Management has estimated the realizable market value of its investment in
Southern Africa Minerals Corporation based on the trading price on the Toronto
Exchange. 

CONCENTRATION OF CUSTOMERS

The Company's revenues and cash flow in the near term will come from the sale
of its investments in securities and from its oil and gas properties. The cash
realized from the sale of securities is dependent on the market prices on
Canadian exchanges and on the demand for large blocks of stock. Revenues and
cash from oil and gas operations will likely be concentrated in a few
purchasers as well as the then market price of petroleum production. 

SUMMARY OF SIGNIFICANT ACCOUNTING POLICIES

The accompanying unaudited, condensed financial statements have been prepared
in accordance with Item 310 of Regulation SB and do not include all of the
information and footnotes required by generally accepted accounting principles
for complete financial statements.  In the opinion of management, all
adjustments (consisting of normal recurring adjustments) considered necessary
for a fair presentation have been included. Operating results for the period
ended March 31, 1996 are not necessarily indicative of the results that may be
expected for the fiscal year ending September 30, 1996. These statements
should be read in conjunction with the financial statements and notes thereto
included in Form 10-KSB for the fiscal year ended September 30, 1995. 

MINERAL PROPERTIES

Costs of acquiring, exploring and developing specific mineral properties are
capitalized on a property by property basis until the commercial viability of
each property is determined. When a property reaches the production stage, the
related capitalized costs will be amortized, using the units of production
method on the basis of periodic estimates of ore reserves. Mining properties
are periodically assessed for impairment of value and any impairments are
charged to operations at the time of impairment. Should a property be sold or
abandoned, its capitalized costs are charged to operations and gain or loss
recognized. 

OIL AND GAS PROPERTIES

The Company follows the successful efforts method of accounting for its oil
and gas activities. Under this accounting method, costs associated with the
acquisition, drilling and equipping of successful exploratory and development
wells are capitalized. Geological and geophysical costs, delay rentals and
drilling costs of unsuccessful exploratory wells are charged to expense as
incurred. Depletion and depreciation of the capitalized costs for producing
oil and gas properties are provided by the unit-of-production method based on
proved oil and gas reserves. Undeveloped properties are periodically assessed
for possible impairment due to unrecoverability of costs invested. Cash
received for partial conveyances of property interests are treated as a
recovery of cost and no gain or loss is recognized. 

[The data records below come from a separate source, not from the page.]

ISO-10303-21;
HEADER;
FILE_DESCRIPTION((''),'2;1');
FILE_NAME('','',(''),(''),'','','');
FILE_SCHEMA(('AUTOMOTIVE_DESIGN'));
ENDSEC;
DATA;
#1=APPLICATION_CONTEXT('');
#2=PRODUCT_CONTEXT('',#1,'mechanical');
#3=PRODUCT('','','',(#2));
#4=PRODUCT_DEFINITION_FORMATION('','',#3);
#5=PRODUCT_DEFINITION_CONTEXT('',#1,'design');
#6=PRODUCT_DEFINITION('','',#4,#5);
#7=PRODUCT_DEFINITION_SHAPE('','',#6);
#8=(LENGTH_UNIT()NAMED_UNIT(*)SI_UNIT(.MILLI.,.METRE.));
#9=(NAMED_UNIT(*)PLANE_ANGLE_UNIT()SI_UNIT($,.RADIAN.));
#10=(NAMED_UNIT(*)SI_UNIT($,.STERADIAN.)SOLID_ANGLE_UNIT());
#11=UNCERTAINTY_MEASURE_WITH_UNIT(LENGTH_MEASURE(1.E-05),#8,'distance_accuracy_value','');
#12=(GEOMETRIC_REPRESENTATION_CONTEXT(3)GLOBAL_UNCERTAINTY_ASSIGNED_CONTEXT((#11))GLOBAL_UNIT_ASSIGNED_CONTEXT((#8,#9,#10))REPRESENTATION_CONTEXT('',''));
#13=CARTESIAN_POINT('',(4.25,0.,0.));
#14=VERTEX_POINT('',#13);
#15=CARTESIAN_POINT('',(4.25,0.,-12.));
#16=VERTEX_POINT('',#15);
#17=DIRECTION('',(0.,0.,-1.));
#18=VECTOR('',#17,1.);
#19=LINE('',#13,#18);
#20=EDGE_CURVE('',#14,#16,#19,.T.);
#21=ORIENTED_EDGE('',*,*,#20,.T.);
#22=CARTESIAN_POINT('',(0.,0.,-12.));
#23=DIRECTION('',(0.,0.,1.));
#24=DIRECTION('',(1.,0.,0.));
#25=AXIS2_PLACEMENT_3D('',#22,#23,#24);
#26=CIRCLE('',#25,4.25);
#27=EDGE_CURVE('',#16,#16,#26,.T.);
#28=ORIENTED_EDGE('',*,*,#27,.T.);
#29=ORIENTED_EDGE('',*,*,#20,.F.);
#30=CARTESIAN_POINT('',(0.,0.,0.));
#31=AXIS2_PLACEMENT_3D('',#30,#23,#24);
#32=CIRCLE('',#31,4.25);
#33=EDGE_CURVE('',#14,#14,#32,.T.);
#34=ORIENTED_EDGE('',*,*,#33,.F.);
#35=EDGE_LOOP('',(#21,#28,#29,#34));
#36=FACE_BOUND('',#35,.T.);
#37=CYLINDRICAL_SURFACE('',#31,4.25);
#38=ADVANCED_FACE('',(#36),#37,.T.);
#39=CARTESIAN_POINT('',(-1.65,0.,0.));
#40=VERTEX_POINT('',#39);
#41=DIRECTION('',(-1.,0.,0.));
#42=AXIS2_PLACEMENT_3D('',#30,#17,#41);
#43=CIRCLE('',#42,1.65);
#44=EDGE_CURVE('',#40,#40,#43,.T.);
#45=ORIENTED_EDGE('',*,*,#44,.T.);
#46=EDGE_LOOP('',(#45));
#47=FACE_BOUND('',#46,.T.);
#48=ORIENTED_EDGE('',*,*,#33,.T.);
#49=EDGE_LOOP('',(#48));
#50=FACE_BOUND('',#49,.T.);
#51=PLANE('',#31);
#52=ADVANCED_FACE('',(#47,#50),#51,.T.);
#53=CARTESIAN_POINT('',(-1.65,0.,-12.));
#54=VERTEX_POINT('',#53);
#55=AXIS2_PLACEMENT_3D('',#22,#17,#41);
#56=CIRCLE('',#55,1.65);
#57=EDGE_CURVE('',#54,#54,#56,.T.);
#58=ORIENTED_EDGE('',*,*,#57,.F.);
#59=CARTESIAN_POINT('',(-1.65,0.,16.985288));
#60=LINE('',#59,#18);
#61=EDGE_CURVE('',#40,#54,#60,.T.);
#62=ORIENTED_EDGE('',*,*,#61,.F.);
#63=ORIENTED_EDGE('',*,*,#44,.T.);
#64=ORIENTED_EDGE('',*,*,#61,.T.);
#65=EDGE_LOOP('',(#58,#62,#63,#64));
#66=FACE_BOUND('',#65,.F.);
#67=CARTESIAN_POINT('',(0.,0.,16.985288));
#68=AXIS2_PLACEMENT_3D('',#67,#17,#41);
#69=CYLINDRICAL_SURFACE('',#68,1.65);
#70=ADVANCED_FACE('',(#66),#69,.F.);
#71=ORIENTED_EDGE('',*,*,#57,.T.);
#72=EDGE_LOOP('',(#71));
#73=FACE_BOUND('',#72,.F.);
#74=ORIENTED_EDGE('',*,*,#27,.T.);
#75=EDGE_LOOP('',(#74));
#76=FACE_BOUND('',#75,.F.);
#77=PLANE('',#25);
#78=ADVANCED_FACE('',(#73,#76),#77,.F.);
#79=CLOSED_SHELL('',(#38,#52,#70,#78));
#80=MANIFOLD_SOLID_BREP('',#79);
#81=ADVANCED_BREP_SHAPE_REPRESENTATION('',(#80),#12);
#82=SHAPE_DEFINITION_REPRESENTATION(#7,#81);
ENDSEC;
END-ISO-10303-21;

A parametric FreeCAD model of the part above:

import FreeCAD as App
import Part
import Sketcher

doc = App.newDocument("Part")
body = doc.addObject("PartDesign::Body", "Body")

sketch1 = body.newObject("Sketcher::SketchObject", "Sketch")
sketch1.AttachmentSupport = (doc.getObject("XY_Plane"), [""])
sketch1.MapMode = "FlatFace"
sketch1.addGeometry(Part.Circle(App.Vector(0, 0, 0), App.Vector(0, 0, 1), 4.2), False)
sketch1.addConstraint([
    Sketcher.Constraint("Coincident", 0, 3, -1, 1),
    Sketcher.Constraint("Diameter", 0, 8.5),
])
pad1 = body.newObject("PartDesign::Pad", "Pad")
pad1.Profile = sketch1
pad1.Length = 12
pad1.Reversed = True

sketch2 = body.newObject("Sketcher::SketchObject", "Sketch001")
sketch2.AttachmentSupport = (doc.getObject("XY_Plane"), [""])
sketch2.MapMode = "FlatFace"
sketch2.addGeometry(Part.Circle(App.Vector(0, 0, 0), App.Vector(0, 0, 1), 1.6), False)
sketch2.addConstraint([
    Sketcher.Constraint("Coincident", 0, 3, -1, 1),
    Sketcher.Constraint("Diameter", 0, 3.3),
])
doc.recompute()
hole = body.newObject("PartDesign::Hole", "Hole")
hole.Profile = sketch2
hole.ThreadType = "None"
hole.Diameter = 3.3
hole.DepthType = "ThroughAll"

doc.recompute()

NOTE 2. OIL AND GAS ACTIVITIES

In May 1995, the Company acquired a 100% leasehold interest in approximately
22,000 acres of undeveloped oil and gas leases in Perkins County, Nebraska for
$25,000 cash and 175,000 shares of the Company's restricted common stock. A
portion of this property has been optioned to a third party for a 12 well
program pursuant to an agreement whereby the Company will be reimbursed for
its acreage costs and will retain an overriding royalty. As of December 31,
1995, the Company has received $2,500 for acreage reimbursement and title
clearing and an additional $10,000 for drilling sites. Under the 12 well
program, two wells have been drilled and cased and are currently being
evaluated. 

In November 1995, the Company acquired an interest in three producing oil
wells in Kimball County, Nebraska for $22,000. A total of $2,545 income was
received during this quarter and a total of $1,133 in lease operating expenses
was paid. Although the wells are generating some income at this time, no study
of oil and gas reserves on this property by independent petroleum engineers
has been performed and therefore there is no assurance of long term revenue
potential. 

NOTE 3. NOTE RECEIVABLE

Pursuant to a letter agreement dated December 15, 1995, the Company provided
Crescent Oil and Gas Corporation ("Crescent"), an unrelated oil and gas
production company, a non-revolving line of credit for up to $200,000. $81,000
was advanced to Crescent during the quarter ended December 31, 1995 and the
remaining $119,000 was advanced during this quarter. The full amount of the
note was due March 14, 1996, plus 8% interest. In February, 1996, the Company
agreed to loan Crescent an additional $100,000 and the original note was
amended to include this amount and an extension of the March 14, 1996 due date
was granted. Concurrently with the fine] advance on this line of credit, the
Company received a $20,000 payment from Crescent for the right to negotiate a
potential merger/acquisition arrangement between the two companies. See note 4
for information on subsequent events.


NOTE 4. SUBSEQUENT EVENTS

On April 5, 1996, Crescent satisfied the line of credit agreement by repaying
the Company $300,000, plus interest. Subsequently, and pursuant to a February
23, 1996 Agreement and Plan of Reorganization with Powerhouse Resources, Inc.
and Crescent, the Company acquired from Powerhouse 100% of Crescent Oil & Gas
Corporation. The Company issued 1,000 shares of convertible preferred stock to
Powerhouse as payment for Crescent. The number of shares of the Company's
Common Stock to be issued on conversion of the preferred stock will range from
3,000,000 to 4,600,000, depending upon Powerhouse fulfilling certain financial
commitments and upon the Company's decision to accept or reject an offshore
oil and gas storage depot site in China. 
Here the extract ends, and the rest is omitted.